### Your task
All that is wanted is how many lines in the records below include the string "Front".

### Records supplied
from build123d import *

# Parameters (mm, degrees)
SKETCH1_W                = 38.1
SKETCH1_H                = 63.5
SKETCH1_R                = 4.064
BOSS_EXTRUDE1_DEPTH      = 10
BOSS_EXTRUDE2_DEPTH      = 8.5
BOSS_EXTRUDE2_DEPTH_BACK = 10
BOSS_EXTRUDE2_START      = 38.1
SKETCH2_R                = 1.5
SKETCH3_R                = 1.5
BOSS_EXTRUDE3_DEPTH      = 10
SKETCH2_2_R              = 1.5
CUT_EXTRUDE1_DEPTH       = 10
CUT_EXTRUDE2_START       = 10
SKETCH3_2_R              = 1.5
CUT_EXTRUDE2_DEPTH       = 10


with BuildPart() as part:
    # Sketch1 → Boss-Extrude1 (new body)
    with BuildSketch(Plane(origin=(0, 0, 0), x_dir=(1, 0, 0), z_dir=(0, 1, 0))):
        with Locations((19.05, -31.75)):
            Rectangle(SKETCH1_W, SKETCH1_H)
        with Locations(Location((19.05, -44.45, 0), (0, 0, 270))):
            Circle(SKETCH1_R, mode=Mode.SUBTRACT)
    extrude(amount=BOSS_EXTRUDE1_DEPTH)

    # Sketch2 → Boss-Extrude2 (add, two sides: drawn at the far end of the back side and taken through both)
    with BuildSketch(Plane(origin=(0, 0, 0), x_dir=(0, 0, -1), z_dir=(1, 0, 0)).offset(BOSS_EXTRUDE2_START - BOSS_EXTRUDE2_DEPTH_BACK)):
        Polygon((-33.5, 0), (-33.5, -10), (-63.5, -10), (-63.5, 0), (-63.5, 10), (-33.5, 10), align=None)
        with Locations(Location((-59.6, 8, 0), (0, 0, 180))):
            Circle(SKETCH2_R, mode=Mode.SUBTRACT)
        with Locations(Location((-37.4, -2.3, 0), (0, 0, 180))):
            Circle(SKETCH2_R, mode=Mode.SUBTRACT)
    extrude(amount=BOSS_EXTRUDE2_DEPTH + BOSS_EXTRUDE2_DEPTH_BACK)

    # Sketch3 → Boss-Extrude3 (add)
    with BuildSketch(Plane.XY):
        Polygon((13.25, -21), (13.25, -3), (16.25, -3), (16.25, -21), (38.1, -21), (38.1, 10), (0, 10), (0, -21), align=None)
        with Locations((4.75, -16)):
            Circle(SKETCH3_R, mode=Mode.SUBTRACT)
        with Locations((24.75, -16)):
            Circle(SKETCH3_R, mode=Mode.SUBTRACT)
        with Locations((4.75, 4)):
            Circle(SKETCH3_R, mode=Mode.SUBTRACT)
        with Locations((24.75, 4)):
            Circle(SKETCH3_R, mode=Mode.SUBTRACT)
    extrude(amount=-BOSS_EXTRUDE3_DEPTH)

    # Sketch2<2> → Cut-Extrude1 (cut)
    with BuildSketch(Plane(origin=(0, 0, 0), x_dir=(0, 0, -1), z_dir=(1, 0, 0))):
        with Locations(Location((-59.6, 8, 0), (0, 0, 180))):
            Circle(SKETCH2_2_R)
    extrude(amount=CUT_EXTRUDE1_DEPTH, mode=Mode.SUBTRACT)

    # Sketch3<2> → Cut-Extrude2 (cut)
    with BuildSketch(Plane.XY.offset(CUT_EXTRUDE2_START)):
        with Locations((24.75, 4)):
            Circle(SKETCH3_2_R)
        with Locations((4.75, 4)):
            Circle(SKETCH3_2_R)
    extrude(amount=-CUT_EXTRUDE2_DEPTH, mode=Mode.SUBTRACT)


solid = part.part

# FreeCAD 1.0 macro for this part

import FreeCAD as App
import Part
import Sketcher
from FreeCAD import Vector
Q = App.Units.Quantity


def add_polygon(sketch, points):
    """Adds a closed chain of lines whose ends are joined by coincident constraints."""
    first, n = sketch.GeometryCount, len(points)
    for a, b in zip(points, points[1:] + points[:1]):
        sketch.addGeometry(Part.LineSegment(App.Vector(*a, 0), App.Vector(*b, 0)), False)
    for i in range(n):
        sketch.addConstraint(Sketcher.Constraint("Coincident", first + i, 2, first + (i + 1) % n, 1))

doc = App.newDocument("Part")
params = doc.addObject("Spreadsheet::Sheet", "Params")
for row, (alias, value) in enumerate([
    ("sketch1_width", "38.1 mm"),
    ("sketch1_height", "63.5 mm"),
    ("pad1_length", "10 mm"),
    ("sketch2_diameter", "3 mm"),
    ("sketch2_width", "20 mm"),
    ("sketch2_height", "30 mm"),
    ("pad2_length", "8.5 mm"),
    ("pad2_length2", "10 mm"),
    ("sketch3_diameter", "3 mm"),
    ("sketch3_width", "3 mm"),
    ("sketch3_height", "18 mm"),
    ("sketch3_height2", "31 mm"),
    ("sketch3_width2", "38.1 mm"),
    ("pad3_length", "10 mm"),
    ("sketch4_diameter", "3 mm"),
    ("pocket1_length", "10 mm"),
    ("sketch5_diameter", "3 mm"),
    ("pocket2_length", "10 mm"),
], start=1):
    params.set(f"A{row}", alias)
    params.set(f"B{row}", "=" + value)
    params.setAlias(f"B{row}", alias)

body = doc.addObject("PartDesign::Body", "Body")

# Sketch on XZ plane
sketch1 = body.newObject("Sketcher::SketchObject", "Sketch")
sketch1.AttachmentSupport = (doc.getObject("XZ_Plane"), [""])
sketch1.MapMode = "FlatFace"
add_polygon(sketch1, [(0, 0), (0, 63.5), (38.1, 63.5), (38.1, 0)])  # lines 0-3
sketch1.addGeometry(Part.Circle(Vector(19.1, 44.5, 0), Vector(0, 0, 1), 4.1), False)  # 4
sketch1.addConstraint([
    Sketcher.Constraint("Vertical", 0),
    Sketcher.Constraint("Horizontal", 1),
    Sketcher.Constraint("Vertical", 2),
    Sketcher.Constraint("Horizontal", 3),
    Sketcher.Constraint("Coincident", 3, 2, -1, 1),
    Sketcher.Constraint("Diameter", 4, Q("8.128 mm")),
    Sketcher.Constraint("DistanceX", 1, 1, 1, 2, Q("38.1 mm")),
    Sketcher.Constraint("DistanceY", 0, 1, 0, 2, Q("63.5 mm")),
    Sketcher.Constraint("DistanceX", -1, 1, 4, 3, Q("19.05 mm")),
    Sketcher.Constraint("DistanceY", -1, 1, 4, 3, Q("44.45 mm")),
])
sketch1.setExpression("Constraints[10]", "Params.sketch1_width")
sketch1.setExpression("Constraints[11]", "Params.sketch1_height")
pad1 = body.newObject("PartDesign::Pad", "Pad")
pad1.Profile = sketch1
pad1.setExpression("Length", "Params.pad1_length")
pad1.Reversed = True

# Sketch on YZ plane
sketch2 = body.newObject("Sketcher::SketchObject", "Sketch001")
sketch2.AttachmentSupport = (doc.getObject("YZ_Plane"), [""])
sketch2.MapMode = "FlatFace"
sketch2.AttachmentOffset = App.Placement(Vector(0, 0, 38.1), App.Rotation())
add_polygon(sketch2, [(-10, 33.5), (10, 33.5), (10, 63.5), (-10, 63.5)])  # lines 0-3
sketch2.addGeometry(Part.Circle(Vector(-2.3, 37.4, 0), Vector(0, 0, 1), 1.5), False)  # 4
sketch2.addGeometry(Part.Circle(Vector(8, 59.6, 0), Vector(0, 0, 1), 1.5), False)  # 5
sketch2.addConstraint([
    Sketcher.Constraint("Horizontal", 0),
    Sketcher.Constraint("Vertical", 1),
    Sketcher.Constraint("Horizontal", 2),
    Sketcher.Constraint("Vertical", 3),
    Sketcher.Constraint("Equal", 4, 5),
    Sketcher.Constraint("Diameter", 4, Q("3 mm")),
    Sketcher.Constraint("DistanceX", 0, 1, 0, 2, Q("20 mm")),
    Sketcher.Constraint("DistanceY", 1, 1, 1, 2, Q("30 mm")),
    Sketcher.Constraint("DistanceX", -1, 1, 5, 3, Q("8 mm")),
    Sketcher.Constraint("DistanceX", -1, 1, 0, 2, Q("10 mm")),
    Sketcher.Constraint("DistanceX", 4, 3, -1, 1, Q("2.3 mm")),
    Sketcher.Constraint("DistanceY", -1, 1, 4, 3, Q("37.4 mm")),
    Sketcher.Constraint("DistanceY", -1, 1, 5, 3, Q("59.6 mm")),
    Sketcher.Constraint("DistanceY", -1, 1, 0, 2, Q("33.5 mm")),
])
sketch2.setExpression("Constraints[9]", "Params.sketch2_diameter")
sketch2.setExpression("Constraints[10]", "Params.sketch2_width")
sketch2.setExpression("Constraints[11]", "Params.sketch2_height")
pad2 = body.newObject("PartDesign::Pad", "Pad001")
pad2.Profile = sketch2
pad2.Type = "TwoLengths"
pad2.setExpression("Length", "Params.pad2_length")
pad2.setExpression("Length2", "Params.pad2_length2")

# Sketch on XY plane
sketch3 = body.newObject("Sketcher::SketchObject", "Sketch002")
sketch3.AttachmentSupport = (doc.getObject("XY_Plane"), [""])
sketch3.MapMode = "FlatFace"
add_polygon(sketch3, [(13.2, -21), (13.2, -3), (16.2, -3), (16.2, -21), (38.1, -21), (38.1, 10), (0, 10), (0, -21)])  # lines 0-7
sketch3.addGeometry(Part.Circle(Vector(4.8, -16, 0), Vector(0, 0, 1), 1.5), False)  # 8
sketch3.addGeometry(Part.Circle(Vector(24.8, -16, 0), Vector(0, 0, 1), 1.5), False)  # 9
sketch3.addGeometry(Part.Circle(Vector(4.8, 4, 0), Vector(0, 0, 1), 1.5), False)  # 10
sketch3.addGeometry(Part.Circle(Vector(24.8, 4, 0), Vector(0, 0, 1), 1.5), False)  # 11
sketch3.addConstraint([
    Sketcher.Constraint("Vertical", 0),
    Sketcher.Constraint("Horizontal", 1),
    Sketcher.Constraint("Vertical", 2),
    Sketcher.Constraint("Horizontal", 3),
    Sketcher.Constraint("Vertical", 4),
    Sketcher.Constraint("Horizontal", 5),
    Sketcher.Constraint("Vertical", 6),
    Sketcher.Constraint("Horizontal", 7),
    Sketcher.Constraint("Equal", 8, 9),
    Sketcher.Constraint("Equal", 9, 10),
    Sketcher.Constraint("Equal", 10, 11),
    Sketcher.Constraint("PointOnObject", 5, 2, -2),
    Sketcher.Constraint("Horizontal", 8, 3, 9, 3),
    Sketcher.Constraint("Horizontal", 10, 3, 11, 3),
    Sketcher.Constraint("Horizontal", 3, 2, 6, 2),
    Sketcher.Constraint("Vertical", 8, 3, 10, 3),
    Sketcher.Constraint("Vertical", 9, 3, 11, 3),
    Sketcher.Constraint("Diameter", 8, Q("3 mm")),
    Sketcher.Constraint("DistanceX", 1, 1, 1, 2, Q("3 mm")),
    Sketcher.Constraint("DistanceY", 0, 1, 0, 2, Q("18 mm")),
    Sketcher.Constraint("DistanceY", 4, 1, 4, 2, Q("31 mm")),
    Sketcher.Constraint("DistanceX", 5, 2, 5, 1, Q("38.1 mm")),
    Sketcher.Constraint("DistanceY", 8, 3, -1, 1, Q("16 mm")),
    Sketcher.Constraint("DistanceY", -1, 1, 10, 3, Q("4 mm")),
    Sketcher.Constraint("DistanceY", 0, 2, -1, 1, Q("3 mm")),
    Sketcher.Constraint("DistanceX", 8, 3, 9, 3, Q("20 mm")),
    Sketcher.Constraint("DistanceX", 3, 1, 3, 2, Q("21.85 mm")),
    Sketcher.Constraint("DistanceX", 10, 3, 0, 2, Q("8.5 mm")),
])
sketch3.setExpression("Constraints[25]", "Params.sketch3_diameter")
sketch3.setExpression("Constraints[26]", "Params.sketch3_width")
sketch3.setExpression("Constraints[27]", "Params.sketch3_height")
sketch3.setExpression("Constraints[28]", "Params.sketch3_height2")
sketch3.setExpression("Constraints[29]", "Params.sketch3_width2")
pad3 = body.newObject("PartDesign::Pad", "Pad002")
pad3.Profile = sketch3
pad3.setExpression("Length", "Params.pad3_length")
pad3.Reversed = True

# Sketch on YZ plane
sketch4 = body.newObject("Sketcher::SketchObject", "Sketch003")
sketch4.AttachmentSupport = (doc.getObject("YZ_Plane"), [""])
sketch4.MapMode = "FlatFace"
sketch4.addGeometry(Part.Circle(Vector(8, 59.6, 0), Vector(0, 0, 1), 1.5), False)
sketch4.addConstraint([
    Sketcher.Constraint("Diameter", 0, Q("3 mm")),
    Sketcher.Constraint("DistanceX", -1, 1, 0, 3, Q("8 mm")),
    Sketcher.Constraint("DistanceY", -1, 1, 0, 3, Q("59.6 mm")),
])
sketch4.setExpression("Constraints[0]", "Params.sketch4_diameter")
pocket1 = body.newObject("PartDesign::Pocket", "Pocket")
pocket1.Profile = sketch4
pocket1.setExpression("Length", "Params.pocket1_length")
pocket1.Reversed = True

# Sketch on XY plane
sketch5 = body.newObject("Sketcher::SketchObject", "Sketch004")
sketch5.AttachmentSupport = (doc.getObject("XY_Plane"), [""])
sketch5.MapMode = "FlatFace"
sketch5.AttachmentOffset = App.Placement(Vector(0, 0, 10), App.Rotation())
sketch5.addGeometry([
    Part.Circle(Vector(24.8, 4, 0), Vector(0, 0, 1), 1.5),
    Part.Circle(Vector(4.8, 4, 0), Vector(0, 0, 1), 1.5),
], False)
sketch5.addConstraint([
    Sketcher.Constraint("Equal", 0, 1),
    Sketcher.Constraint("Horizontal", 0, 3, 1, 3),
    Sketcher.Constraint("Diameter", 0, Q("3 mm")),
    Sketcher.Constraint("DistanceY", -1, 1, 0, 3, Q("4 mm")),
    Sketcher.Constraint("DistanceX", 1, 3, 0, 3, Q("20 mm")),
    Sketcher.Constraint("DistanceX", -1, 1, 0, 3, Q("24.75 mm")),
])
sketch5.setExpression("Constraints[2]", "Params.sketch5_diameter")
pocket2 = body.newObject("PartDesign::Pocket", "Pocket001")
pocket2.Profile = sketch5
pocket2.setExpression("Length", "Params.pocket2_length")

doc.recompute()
==
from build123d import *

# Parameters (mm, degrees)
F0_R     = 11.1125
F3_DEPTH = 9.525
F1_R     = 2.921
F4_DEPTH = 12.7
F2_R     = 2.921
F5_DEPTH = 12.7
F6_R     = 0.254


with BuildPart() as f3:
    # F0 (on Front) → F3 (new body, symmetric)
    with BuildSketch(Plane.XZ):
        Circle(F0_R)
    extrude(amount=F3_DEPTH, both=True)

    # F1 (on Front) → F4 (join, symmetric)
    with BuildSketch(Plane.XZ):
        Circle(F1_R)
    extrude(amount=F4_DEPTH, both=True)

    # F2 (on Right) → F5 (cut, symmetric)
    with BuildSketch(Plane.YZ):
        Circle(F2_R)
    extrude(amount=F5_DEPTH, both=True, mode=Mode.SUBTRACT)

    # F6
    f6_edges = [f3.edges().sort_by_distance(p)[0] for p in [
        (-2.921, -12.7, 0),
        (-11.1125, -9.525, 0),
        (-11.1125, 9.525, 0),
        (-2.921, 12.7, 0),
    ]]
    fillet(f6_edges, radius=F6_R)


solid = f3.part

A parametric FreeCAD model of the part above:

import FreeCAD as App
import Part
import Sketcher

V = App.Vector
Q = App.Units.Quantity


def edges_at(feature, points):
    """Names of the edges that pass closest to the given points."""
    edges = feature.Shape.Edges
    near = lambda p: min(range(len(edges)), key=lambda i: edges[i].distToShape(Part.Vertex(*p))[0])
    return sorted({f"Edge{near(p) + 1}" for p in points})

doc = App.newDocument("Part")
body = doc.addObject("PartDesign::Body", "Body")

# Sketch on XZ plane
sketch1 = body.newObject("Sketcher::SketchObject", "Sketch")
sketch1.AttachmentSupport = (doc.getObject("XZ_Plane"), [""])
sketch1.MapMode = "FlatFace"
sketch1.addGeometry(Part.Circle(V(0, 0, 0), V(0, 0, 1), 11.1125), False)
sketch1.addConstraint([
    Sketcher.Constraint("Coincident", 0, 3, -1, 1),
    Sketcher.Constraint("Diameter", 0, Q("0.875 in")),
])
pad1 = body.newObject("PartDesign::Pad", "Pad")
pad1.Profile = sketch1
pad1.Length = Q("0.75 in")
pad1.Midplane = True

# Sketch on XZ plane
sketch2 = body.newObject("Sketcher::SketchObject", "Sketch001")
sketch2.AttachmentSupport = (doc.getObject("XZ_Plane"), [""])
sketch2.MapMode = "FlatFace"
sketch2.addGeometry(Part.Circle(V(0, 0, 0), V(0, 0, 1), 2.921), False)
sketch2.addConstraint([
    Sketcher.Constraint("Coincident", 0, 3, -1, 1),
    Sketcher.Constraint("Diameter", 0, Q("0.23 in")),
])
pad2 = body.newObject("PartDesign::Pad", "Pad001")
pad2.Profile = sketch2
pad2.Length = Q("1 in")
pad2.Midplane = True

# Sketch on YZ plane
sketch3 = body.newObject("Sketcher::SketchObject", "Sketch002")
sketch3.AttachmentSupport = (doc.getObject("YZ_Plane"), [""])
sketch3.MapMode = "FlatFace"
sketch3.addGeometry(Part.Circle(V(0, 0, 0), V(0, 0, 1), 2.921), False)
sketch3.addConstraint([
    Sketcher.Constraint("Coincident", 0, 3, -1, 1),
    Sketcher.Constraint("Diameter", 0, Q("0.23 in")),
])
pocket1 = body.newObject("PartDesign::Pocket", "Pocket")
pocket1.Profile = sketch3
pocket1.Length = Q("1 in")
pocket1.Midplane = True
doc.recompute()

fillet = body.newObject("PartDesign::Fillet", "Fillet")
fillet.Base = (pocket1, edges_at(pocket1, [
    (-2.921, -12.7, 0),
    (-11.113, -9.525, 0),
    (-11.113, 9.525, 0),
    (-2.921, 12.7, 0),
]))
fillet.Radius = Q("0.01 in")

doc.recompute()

### Solution to this problem
2